Problem | Below this line is a set of entries; quote exactly the lines from the line that contains "face PLANE(AX(P(-11.5,-6,0),D(-1,0,0),D(0,1,0))) rev" to the line that contains "v34 (-17.7,0,0)", both lines included.

Excerpted records |
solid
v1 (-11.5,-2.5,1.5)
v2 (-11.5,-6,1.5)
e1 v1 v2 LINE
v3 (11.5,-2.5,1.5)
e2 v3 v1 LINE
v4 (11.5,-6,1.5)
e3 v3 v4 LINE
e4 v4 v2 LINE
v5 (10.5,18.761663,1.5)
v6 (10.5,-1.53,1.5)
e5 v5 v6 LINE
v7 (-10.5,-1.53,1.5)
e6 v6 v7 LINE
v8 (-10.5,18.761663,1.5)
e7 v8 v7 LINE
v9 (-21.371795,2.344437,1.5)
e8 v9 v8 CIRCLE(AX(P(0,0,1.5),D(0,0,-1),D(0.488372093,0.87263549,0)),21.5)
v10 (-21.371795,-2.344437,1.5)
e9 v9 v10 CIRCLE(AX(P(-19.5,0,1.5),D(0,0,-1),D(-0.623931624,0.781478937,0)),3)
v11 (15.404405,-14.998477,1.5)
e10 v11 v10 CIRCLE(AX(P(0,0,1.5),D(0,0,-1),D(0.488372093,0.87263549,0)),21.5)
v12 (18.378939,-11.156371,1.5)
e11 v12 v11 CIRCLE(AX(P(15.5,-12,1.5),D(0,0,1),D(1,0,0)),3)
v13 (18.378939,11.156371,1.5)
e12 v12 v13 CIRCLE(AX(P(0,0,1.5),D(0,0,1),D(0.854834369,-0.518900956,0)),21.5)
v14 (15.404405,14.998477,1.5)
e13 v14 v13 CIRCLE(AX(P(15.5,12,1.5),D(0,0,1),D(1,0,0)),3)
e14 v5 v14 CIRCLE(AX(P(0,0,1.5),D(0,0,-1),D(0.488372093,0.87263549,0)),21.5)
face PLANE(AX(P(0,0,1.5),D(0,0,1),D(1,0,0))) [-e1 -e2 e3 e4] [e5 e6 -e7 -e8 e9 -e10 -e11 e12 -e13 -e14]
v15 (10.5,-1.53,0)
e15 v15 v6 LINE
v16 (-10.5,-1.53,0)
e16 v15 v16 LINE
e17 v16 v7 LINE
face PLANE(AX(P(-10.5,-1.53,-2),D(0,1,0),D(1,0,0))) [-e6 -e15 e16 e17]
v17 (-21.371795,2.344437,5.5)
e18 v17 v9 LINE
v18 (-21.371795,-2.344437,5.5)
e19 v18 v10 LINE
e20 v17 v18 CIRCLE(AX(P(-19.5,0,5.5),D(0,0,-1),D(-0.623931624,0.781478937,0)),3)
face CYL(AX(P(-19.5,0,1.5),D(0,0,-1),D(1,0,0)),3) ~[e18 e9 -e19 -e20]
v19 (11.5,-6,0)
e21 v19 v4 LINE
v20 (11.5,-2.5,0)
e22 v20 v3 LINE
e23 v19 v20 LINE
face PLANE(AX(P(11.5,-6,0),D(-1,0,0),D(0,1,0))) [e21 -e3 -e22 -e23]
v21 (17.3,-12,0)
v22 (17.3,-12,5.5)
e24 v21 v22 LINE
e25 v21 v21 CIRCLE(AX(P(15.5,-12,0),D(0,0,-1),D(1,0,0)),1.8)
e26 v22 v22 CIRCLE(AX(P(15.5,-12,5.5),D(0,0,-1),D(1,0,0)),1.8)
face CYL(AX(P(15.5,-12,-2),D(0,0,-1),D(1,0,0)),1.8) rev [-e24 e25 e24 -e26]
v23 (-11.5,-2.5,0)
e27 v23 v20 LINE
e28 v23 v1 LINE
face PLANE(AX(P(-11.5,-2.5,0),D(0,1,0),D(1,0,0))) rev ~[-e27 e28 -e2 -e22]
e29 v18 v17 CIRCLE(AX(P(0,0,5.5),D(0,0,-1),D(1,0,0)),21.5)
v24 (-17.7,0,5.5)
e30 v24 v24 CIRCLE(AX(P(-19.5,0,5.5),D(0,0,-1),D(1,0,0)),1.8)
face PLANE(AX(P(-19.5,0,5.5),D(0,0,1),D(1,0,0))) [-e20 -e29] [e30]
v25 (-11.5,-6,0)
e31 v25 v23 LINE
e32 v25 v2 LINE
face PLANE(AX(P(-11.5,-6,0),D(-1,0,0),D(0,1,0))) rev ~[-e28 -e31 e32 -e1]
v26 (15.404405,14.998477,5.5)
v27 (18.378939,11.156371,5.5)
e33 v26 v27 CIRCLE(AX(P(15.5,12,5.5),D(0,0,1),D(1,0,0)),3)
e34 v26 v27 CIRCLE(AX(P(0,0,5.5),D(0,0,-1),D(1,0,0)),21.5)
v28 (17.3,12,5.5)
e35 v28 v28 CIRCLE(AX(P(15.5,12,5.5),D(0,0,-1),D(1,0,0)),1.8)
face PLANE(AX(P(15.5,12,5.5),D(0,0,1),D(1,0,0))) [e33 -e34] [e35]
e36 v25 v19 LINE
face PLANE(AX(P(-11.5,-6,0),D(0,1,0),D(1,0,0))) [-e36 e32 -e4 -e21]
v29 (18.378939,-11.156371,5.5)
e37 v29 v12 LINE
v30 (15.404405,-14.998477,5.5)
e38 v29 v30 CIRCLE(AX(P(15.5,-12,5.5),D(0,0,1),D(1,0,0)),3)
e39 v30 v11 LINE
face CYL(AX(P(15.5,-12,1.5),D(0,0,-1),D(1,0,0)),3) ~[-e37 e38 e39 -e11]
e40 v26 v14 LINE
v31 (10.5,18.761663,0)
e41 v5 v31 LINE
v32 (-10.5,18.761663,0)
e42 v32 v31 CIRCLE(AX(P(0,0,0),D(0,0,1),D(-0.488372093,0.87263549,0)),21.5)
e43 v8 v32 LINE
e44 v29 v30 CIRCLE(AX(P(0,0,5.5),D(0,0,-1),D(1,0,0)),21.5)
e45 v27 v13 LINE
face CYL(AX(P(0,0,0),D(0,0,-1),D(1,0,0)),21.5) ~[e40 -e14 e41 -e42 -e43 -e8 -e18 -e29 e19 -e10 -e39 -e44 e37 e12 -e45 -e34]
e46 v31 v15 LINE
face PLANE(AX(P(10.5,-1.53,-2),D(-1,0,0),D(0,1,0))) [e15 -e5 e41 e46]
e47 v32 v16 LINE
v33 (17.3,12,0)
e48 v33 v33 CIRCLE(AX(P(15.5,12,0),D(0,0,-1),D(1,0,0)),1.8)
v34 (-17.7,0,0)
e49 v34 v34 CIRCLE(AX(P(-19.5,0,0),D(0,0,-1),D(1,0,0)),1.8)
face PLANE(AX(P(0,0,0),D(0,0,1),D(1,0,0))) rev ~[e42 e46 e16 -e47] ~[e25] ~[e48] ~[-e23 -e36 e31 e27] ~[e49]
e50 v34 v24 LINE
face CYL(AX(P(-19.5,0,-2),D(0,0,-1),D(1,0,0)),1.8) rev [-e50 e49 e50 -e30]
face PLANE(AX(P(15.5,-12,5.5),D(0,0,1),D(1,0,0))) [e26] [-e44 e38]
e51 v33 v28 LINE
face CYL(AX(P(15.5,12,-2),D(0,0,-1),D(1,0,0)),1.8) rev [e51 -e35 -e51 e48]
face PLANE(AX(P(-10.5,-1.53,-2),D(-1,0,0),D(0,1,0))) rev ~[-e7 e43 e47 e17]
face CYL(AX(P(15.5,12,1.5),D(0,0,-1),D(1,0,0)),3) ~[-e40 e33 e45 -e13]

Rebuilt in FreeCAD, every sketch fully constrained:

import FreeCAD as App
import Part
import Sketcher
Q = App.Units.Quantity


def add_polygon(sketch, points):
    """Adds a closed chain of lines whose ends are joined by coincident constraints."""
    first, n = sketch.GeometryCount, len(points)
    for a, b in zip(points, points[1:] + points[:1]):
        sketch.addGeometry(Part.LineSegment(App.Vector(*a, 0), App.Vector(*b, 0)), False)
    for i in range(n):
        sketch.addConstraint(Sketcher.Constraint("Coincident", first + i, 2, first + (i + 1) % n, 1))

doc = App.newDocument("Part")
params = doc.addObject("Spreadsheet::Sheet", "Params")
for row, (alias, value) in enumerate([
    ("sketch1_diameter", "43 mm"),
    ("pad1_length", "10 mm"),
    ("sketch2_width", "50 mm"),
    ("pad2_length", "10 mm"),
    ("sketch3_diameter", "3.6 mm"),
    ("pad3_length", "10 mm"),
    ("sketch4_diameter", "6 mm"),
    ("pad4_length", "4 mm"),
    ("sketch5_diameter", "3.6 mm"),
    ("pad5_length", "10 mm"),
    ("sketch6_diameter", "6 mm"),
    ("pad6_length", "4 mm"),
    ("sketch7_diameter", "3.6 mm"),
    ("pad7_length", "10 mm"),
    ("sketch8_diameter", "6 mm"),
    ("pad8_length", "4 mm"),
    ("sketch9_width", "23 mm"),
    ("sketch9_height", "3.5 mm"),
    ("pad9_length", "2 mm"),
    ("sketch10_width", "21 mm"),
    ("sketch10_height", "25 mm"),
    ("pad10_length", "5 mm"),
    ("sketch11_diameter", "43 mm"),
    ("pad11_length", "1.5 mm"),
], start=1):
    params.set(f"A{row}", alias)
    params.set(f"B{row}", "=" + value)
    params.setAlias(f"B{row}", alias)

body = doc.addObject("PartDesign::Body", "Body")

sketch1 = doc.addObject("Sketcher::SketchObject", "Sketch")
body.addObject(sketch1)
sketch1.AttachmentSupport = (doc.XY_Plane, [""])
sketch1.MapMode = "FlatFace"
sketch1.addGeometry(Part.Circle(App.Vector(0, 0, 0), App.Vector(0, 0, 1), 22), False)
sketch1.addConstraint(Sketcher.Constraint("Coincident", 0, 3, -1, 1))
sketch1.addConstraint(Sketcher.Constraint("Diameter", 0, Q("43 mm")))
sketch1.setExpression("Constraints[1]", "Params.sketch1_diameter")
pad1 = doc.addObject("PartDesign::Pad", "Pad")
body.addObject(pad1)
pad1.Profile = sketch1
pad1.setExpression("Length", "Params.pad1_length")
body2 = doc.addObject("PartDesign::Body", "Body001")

Output of the exercise |
face PLANE(AX(P(-11.5,-6,0),D(-1,0,0),D(0,1,0))) rev ~[-e28 -e31 e32 -e1]
v26 (15.404405,14.998477,5.5)
v27 (18.378939,11.156371,5.5)
e33 v26 v27 CIRCLE(AX(P(15.5,12,5.5),D(0,0,1),D(1,0,0)),3)
e34 v26 v27 CIRCLE(AX(P(0,0,5.5),D(0,0,-1),D(1,0,0)),21.5)
v28 (17.3,12,5.5)
e35 v28 v28 CIRCLE(AX(P(15.5,12,5.5),D(0,0,-1),D(1,0,0)),1.8)
face PLANE(AX(P(15.5,12,5.5),D(0,0,1),D(1,0,0))) [e33 -e34] [e35]
e36 v25 v19 LINE
face PLANE(AX(P(-11.5,-6,0),D(0,1,0),D(1,0,0))) [-e36 e32 -e4 -e21]
v29 (18.378939,-11.156371,5.5)
e37 v29 v12 LINE
v30 (15.404405,-14.998477,5.5)
e38 v29 v30 CIRCLE(AX(P(15.5,-12,5.5),D(0,0,1),D(1,0,0)),3)
e39 v30 v11 LINE
face CYL(AX(P(15.5,-12,1.5),D(0,0,-1),D(1,0,0)),3) ~[-e37 e38 e39 -e11]
e40 v26 v14 LINE
v31 (10.5,18.761663,0)
e41 v5 v31 LINE
v32 (-10.5,18.761663,0)
e42 v32 v31 CIRCLE(AX(P(0,0,0),D(0,0,1),D(-0.488372093,0.87263549,0)),21.5)
e43 v8 v32 LINE
e44 v29 v30 CIRCLE(AX(P(0,0,5.5),D(0,0,-1),D(1,0,0)),21.5)
e45 v27 v13 LINE
face CYL(AX(P(0,0,0),D(0,0,-1),D(1,0,0)),21.5) ~[e40 -e14 e41 -e42 -e43 -e8 -e18 -e29 e19 -e10 -e39 -e44 e37 e12 -e45 -e34]
e46 v31 v15 LINE
face PLANE(AX(P(10.5,-1.53,-2),D(-1,0,0),D(0,1,0))) [e15 -e5 e41 e46]
e47 v32 v16 LINE
v33 (17.3,12,0)
e48 v33 v33 CIRCLE(AX(P(15.5,12,0),D(0,0,-1),D(1,0,0)),1.8)
v34 (-17.7,0,0)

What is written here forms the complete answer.